Аманда Лоуэлл оказалась последним человеком, с кем моя бабушка ожидала встретиться лоб в лоб. Удивление от того, что две женщины увидели друг друга именно здесь, со временем перешло в досаду; ведь появление бывшей соперницы впечатлило её куда больше, нежели жалкий вид собственного сына. Разумеется, в те годы я не владела достаточной информацией, чтобы разъяснить себе же странную на первый взгляд реакцию моей бабушки, и поэтому сочла, что та слегка окочурилась от жары. На флегматичном же Фредерике Вильямсе, напротив, при виде Лоуэлл не шевельнулся ни волосок - он поприветствовал даму кратким, но всё же любезным жестом, после чего сосредоточился на том, чтобы удобно усадить мою бабушку в кресло и подать той стакан воды. Матиас же всего лишь наблюдал эту, надо сказать, весьма занимательную сцену.

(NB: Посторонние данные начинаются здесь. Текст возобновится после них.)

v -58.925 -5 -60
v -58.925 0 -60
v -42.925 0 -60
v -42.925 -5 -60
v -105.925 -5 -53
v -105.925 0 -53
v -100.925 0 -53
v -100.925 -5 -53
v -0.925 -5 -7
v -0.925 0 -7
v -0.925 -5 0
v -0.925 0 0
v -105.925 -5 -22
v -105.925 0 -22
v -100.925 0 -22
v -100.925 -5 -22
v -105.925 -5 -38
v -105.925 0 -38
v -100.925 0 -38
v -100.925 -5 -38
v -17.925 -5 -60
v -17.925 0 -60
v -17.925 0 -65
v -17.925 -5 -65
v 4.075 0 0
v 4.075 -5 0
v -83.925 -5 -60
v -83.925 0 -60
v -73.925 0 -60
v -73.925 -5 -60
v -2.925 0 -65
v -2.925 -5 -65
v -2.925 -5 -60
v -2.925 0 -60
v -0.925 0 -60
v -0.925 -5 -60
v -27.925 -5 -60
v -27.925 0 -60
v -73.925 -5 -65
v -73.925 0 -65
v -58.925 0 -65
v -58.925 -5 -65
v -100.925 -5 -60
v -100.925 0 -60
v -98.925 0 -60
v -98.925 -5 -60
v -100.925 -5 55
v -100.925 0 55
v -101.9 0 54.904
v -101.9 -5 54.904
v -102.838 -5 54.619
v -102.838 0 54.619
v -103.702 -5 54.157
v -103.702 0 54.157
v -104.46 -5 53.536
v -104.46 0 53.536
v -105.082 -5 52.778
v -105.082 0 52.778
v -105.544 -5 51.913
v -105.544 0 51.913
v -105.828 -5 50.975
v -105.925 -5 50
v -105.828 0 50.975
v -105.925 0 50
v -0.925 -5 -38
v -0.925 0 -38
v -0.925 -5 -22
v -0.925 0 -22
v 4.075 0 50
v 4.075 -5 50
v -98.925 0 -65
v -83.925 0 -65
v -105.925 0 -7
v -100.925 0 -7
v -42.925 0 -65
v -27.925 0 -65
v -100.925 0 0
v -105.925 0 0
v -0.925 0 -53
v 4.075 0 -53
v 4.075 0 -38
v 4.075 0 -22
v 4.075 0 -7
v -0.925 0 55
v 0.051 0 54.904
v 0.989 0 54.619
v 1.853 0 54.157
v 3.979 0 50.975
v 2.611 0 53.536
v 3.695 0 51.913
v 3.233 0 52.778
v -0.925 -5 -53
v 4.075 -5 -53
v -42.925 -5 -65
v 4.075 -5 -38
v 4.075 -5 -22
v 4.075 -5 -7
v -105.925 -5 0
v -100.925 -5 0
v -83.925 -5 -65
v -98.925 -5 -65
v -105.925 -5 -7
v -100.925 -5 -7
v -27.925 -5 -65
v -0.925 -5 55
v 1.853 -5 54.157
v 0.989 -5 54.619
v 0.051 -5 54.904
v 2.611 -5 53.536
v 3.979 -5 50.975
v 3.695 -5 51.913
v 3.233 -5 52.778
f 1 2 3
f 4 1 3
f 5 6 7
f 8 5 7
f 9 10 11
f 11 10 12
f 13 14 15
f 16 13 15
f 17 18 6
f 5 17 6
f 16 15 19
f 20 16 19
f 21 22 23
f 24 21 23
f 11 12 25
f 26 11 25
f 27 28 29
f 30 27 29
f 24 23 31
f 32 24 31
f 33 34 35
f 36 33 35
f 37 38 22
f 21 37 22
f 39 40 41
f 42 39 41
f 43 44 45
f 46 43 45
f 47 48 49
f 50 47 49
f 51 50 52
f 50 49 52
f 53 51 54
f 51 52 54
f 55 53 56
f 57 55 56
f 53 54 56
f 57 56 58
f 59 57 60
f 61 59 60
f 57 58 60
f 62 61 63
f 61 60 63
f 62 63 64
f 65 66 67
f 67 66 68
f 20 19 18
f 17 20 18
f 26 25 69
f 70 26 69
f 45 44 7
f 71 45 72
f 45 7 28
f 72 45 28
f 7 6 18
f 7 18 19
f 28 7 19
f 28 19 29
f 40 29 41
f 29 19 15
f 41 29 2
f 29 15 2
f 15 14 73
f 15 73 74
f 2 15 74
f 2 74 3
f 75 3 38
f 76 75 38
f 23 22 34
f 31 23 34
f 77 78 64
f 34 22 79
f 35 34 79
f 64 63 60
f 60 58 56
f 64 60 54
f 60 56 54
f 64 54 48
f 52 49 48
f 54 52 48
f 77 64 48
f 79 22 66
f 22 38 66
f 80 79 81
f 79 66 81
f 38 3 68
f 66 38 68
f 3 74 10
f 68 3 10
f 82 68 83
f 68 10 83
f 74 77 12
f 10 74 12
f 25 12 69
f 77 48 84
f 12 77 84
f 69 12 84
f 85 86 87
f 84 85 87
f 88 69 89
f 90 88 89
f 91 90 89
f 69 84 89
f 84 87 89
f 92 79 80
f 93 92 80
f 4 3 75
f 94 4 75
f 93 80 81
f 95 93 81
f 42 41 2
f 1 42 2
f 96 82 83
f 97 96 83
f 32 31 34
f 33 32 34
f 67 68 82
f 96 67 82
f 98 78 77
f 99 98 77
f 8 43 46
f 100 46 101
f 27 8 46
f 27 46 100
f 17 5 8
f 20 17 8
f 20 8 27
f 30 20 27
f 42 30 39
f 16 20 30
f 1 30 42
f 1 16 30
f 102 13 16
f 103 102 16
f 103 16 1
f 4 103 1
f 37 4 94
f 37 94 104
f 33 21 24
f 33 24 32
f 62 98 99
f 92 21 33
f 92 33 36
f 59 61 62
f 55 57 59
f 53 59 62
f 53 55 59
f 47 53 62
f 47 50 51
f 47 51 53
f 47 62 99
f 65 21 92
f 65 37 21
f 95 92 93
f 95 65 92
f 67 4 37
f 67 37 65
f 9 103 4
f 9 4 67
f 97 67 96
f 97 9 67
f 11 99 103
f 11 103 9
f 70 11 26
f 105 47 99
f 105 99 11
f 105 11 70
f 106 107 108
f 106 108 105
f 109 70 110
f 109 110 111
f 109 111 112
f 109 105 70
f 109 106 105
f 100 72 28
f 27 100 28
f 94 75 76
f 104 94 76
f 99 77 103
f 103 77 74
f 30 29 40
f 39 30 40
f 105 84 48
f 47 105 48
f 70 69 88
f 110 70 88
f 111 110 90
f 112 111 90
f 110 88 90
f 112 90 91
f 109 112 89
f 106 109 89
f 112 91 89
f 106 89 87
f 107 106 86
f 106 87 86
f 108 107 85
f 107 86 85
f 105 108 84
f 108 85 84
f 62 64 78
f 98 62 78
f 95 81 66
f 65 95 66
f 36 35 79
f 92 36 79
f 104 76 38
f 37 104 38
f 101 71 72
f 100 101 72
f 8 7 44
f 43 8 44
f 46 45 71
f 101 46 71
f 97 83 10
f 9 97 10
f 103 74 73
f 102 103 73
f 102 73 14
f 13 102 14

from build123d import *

# Parameters (mm, degrees)
F1_DEPTH = 5
F2_DEPTH = 5
F3_DEPTH = 5


# Not quite as in the source:
# - a feature names something its author has since deleted; it is built from what else it names


with BuildPart() as f1:
    # F0 (on Front) → F1 (new body)
    with BuildSketch(Plane.XZ):
        Polygon((-50.9245342757, -5.52e-08), (-100.9245342757, -5.52e-08), (-100.9245342757, -7), (-105.9245342757, -7), (-105.924534339, -22), (-100.9245342757, -22), (-100.9245342757, -38), (-105.9245342757, -38), (-105.924534339, -53), (-100.9245342757, -53), (-100.9245342757, -60.0000000552), (-98.924534339, -60.0000000552), (-98.924534339, -65.0000000552), (-83.924534339, -65), (-83.924534339, -60.0000000552), (-73.924534339, -60.0000000552), (-73.924534339, -65.0000000552), (-58.924534339, -65), (-58.924534339, -60.0000000552), (-42.9245342757, -60.0000000552), (-42.9245342757, -65.0000000552), (-27.9245342757, -65.0000000552), (-27.9245342757, -60.0000000552), (-17.9245342757, -60.0000000552), (-17.9245342757, -65.0000000552), (-2.9245342757, -65.0000000552), (-2.9245342757, -60.0000000552), (-0.9245342757, -60.0000000552), (-0.9245342757, -53.0000000552), (4.0754657243, -53.0000000552), (4.0754657243, -38.0000000552), (-0.9245342757, -38.0000000552), (-0.9245342757, -22), (4.0754657243, -22), (4.075465661, -7), (-0.9245342757, -7), (-0.9245342757, -5.52e-08), align=None)
    extrude(amount=F1_DEPTH)

    # F0 (on Front) → F2 (join)
    with BuildSketch(Plane.XZ):
        with BuildLine():
            Line((-105.9245342757, -5.52e-08), (-100.9245342757, -5.52e-08))
            Line((-100.9245342757, -5.52e-08), (-50.9245342757, -5.52e-08))
            Line((-50.9245342757, -5.52e-08), (-0.9245342757, -5.52e-08))
            Line((-0.9245342757, -5.52e-08), (4.0754657243, -5.52e-08))
            Line((4.0754657243, -5.52e-08), (4.0754657243, 49.9999999448))
            ThreePointArc((4.0754657243, 49.9999999448), (2.6109996302, 53.5355338508), (-0.9245342757, 54.9999999448))
            Line((-0.9245342757, 54.9999999448), (-100.9245342757, 54.9999999448))
            ThreePointArc((-100.9245342757, 54.9999999448), (-104.4600681817, 53.5355338508), (-105.9245342757, 49.9999999448))
            Line((-105.9245342757, 49.9999999448), (-105.9245342757, -5.52e-08))
        make_face()
    extrude(amount=F2_DEPTH)

    # F0 (on Front) → F3 (join)
    with BuildSketch(Plane.XZ):
        with BuildLine():
            Line((-105.9245342757, -5.52e-08), (-100.9245342757, -5.52e-08))
            Line((-100.9245342757, -5.52e-08), (-50.9245342757, -5.52e-08))
            Line((-50.9245342757, -5.52e-08), (-0.9245342757, -5.52e-08))
            Line((-0.9245342757, -5.52e-08), (4.0754657243, -5.52e-08))
            Line((4.0754657243, -5.52e-08), (4.0754657243, 49.9999999448))
            ThreePointArc((4.0754657243, 49.9999999448), (2.6109996302, 53.5355338508), (-0.9245342757, 54.9999999448))
            Line((-0.9245342757, 54.9999999448), (-100.9245342757, 54.9999999448))
            ThreePointArc((-100.9245342757, 54.9999999448), (-104.4600681817, 53.5355338508), (-105.9245342757, 49.9999999448))
            Line((-105.9245342757, 49.9999999448), (-105.9245342757, -5.52e-08))
        make_face()
    extrude(amount=F3_DEPTH)


solid = f1.part
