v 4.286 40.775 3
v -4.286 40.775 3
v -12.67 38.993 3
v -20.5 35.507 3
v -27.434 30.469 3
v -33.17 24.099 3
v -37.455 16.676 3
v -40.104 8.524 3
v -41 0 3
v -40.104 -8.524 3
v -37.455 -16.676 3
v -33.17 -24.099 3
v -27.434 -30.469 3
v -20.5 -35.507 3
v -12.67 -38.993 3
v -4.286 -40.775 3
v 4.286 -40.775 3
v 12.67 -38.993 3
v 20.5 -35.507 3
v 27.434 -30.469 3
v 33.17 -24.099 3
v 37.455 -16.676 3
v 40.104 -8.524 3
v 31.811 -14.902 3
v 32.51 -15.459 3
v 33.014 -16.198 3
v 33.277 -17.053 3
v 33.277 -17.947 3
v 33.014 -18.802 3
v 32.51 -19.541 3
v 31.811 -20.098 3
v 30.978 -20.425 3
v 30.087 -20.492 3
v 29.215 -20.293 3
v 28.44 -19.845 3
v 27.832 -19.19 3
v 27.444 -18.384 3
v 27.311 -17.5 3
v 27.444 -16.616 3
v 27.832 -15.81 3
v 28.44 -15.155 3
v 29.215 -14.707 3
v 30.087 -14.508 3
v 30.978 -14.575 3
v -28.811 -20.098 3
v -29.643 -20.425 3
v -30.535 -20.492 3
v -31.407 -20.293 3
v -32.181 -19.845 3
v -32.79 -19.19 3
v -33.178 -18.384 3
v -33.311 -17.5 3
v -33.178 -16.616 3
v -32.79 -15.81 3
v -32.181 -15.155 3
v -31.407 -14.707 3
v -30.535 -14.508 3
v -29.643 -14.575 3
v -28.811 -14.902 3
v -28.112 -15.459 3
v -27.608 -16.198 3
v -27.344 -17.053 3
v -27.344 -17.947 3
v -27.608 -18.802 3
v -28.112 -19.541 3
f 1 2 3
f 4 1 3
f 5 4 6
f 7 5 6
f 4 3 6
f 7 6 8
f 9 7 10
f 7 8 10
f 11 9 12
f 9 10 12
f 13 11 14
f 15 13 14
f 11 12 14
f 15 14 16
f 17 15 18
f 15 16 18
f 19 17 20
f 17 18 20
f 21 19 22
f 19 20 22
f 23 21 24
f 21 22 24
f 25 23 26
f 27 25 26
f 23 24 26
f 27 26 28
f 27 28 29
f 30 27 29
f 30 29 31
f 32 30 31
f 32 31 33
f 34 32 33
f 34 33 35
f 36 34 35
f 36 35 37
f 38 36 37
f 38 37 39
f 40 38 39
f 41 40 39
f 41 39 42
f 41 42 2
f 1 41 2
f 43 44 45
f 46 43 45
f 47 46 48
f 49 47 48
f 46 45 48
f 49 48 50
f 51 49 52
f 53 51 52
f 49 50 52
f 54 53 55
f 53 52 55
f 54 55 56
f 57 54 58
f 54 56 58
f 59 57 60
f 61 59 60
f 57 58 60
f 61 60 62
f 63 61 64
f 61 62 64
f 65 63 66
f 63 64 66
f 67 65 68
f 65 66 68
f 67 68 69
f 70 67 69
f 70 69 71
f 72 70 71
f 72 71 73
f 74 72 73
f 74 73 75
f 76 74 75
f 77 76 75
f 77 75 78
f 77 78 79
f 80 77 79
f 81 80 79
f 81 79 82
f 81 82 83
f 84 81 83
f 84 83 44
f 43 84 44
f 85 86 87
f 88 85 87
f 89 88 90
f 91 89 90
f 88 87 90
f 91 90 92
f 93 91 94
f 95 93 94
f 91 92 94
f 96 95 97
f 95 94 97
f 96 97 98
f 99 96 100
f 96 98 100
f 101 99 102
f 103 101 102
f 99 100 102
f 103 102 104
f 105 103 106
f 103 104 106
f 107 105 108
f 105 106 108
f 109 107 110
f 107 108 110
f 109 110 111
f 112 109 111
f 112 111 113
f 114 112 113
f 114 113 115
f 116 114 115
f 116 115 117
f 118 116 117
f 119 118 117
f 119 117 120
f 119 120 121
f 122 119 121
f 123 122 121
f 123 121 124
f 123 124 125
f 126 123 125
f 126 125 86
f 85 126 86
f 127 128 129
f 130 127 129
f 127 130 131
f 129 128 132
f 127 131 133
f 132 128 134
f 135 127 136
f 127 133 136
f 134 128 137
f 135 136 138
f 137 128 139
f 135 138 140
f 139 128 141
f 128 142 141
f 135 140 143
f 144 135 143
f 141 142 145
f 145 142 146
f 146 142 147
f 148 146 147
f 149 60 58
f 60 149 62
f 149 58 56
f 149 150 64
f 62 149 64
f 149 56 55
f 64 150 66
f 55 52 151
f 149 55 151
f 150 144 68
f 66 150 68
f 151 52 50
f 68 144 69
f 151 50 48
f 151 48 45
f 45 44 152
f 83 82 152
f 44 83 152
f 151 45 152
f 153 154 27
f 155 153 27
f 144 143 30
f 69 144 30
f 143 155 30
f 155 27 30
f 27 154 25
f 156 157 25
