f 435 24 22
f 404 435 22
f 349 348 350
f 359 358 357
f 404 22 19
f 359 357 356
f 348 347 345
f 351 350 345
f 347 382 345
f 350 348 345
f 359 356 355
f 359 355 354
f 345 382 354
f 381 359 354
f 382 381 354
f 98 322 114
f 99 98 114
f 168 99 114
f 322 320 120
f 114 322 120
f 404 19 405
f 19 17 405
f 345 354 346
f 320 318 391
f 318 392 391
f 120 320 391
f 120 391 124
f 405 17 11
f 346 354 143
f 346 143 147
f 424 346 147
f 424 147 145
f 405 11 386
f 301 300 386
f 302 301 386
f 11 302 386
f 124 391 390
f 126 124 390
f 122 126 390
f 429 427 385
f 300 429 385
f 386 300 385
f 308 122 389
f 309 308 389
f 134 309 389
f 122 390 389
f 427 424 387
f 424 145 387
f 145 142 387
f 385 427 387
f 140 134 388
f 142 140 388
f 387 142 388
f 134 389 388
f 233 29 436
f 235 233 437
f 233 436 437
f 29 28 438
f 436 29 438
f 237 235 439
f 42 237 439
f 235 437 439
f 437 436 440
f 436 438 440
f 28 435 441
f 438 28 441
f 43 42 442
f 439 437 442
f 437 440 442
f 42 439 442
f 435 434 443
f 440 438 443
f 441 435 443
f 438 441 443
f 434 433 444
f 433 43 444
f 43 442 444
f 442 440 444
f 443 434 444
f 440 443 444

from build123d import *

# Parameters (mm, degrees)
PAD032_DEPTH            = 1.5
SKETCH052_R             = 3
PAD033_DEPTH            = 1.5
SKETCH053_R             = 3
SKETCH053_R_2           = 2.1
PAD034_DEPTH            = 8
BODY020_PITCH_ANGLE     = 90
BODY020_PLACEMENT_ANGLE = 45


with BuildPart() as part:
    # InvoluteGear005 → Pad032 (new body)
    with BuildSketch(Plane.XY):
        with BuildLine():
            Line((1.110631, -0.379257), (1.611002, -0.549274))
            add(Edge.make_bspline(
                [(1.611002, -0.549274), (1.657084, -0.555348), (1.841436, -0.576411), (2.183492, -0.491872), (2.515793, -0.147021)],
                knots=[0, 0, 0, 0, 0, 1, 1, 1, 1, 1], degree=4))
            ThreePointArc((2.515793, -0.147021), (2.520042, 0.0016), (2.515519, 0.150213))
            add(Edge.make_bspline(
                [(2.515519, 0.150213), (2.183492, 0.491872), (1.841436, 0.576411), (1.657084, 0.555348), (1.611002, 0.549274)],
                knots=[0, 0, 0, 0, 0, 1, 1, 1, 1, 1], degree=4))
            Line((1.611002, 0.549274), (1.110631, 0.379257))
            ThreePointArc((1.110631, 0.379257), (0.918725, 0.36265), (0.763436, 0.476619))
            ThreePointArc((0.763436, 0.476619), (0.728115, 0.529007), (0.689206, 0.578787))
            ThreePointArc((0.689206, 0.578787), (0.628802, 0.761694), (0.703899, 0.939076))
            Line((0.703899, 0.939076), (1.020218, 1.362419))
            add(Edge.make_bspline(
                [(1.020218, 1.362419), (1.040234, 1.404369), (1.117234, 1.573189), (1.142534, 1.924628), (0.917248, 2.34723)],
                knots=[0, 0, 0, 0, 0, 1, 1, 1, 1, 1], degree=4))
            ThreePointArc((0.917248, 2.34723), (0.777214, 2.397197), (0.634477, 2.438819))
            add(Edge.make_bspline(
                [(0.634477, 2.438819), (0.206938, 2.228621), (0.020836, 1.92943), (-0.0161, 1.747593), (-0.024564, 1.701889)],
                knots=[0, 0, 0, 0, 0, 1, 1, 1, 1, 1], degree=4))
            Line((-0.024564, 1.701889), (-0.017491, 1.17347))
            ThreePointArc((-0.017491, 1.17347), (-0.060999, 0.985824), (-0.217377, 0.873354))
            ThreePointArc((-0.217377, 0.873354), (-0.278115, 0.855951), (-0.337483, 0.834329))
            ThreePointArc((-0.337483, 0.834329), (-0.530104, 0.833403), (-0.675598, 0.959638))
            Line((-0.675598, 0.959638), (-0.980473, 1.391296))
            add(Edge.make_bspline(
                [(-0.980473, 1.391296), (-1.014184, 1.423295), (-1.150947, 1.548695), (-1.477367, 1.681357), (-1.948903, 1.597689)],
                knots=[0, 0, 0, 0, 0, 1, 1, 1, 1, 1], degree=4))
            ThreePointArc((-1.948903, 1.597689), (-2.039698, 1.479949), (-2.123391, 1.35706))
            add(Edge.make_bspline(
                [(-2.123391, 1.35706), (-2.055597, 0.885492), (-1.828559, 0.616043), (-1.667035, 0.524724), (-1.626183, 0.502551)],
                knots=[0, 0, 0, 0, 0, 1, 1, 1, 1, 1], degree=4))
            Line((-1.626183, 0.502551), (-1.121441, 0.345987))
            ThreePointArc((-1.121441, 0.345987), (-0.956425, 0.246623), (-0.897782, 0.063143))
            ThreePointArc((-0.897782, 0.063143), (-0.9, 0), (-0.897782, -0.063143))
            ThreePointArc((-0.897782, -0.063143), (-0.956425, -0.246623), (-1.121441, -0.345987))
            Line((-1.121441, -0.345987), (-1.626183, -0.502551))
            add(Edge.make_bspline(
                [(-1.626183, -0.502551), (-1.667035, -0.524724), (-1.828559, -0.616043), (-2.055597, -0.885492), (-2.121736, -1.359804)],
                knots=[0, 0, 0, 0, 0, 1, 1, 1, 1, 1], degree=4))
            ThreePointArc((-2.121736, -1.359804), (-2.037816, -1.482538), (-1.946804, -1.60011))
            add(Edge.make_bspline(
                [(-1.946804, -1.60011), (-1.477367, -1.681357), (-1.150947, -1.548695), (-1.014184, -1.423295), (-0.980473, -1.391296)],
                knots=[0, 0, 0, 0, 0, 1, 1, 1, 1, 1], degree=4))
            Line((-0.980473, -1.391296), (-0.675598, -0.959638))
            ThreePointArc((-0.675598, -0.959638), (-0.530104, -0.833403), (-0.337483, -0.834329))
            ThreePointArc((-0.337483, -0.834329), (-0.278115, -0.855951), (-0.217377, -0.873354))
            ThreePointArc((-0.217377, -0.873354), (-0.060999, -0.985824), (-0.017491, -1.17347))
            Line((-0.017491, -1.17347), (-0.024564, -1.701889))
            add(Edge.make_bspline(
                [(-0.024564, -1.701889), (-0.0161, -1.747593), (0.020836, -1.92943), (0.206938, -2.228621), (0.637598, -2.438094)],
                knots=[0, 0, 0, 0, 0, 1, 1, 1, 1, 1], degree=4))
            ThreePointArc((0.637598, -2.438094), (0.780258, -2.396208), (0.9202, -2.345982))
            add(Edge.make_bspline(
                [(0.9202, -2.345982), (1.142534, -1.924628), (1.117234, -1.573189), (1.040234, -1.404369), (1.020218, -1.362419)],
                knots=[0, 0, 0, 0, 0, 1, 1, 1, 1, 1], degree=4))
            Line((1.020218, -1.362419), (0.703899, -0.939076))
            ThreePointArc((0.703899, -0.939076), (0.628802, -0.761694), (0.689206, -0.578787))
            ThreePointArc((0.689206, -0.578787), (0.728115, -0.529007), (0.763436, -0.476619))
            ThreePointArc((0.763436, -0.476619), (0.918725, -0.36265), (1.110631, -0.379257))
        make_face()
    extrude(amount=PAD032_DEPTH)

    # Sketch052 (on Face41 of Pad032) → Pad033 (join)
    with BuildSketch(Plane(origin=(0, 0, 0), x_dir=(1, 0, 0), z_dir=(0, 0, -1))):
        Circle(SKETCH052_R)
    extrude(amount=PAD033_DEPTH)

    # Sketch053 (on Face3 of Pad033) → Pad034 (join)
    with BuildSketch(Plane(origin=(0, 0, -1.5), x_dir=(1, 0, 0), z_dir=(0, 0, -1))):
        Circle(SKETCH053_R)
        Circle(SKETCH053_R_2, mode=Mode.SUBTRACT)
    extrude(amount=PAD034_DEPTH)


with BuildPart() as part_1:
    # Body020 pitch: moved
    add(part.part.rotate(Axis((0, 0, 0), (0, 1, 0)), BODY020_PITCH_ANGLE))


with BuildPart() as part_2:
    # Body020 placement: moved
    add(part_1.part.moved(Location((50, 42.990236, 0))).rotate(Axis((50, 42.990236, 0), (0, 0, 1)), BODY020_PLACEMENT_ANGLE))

– Что же делает здесь известного рода дамочка! – пробормотала моя бабушка, когда той, наконец, удалось восстановить дыхание.
– Полагаю, что вам желательно дружески побеседовать в кругу семьи, а я, пожалуй, пойду прогуляюсь, - сказала королева викингов и покинула помещение с непогрешимым достоинством.
– Сеньорита Лоуэлл просто моя подруга, скажем, что она моя единственная подруга, мамочка. Более того, эта женщина сопровождала меня до самого конца, без неё я бы и не смог приехать. Ведь именно твоя так называемая соперница настояла на моём возвращении в Чили, потому как всё же сочла, что для меня лучше умереть в окружении родственников, нежели всеми брошенным в каком-то парижском госпитале, - сказал Матиас на непонятном испанском языке со странным саксонским акцентом. Только тогда Паулина дель Валье посмотрела на него так, будто впервые, и поняла, что от её сына остался лишь покрытый змеиной кожей скелет. Глаза молодого человека остекленели совершенно, оказавшись слишком глубоко вдавленными в глазные орбиты, а щёки стали столь впалыми, что под кожей можно было различить коренные зубы. Поддерживаемый диванными подушками, он склонился в кресле, тщательно укутав шалью свои ноги – в таком виде человек напоминал некоего смущённого и печального старичка, хотя, на самом деле, тому, должно быть, едва ли стукнуло сорок лет.
– Боже мой, Матиас, что с тобой? – придя в ужас, спросила моя бабушка.
– Ничего такого, что нельзя вылечить, мама. Я так понимаю, что нашлись более веские причины, по которым вернуться сюда оказалось столь важным делом.
– Эта женщина…
– Мне знакома вся история, что произошла между Амандой Лоуэлл и моим отцом, даже несмотря на то, что всё случилось тридцать лет назад и к тому же на другом краю света. И вам всё никак не удаётся забыть своё отчаяние по поводу подобной интрижки? Все мы уже в том возрасте, когда пора избавиться от чувств, на деле представлявших собой сущие пустяки, и остаться лишь с тем, что помогает нам жить. И одно из таких понятий, пожалуй, терпение, мама. Я многим обязан сеньорите Лоуэлл, она моя подруга вот уже более пятнадцати лет…
– Подруга? И что всё это значит?
– То, что слышите: подруга. Она мне не сиделка, она мне не жена и уже не любовница. Эта женщина просто сопровождает меня в путешествиях, в жизни вообще и теперь в частности, как то можете видеть и сами, она же будет рядом со мной и при моей смерти.
– Вот только не говори подобным образом! Ты не умрёшь, сынок, здесь мы тебя как следует вылечим, и вскоре ты будешь разгуливать повсюду сильным и здоровым человеком… - уверенно произнесла Паулина дель Валье, но, тем не менее, голос её прервался, и продолжить свою речь женщина так и не смогла.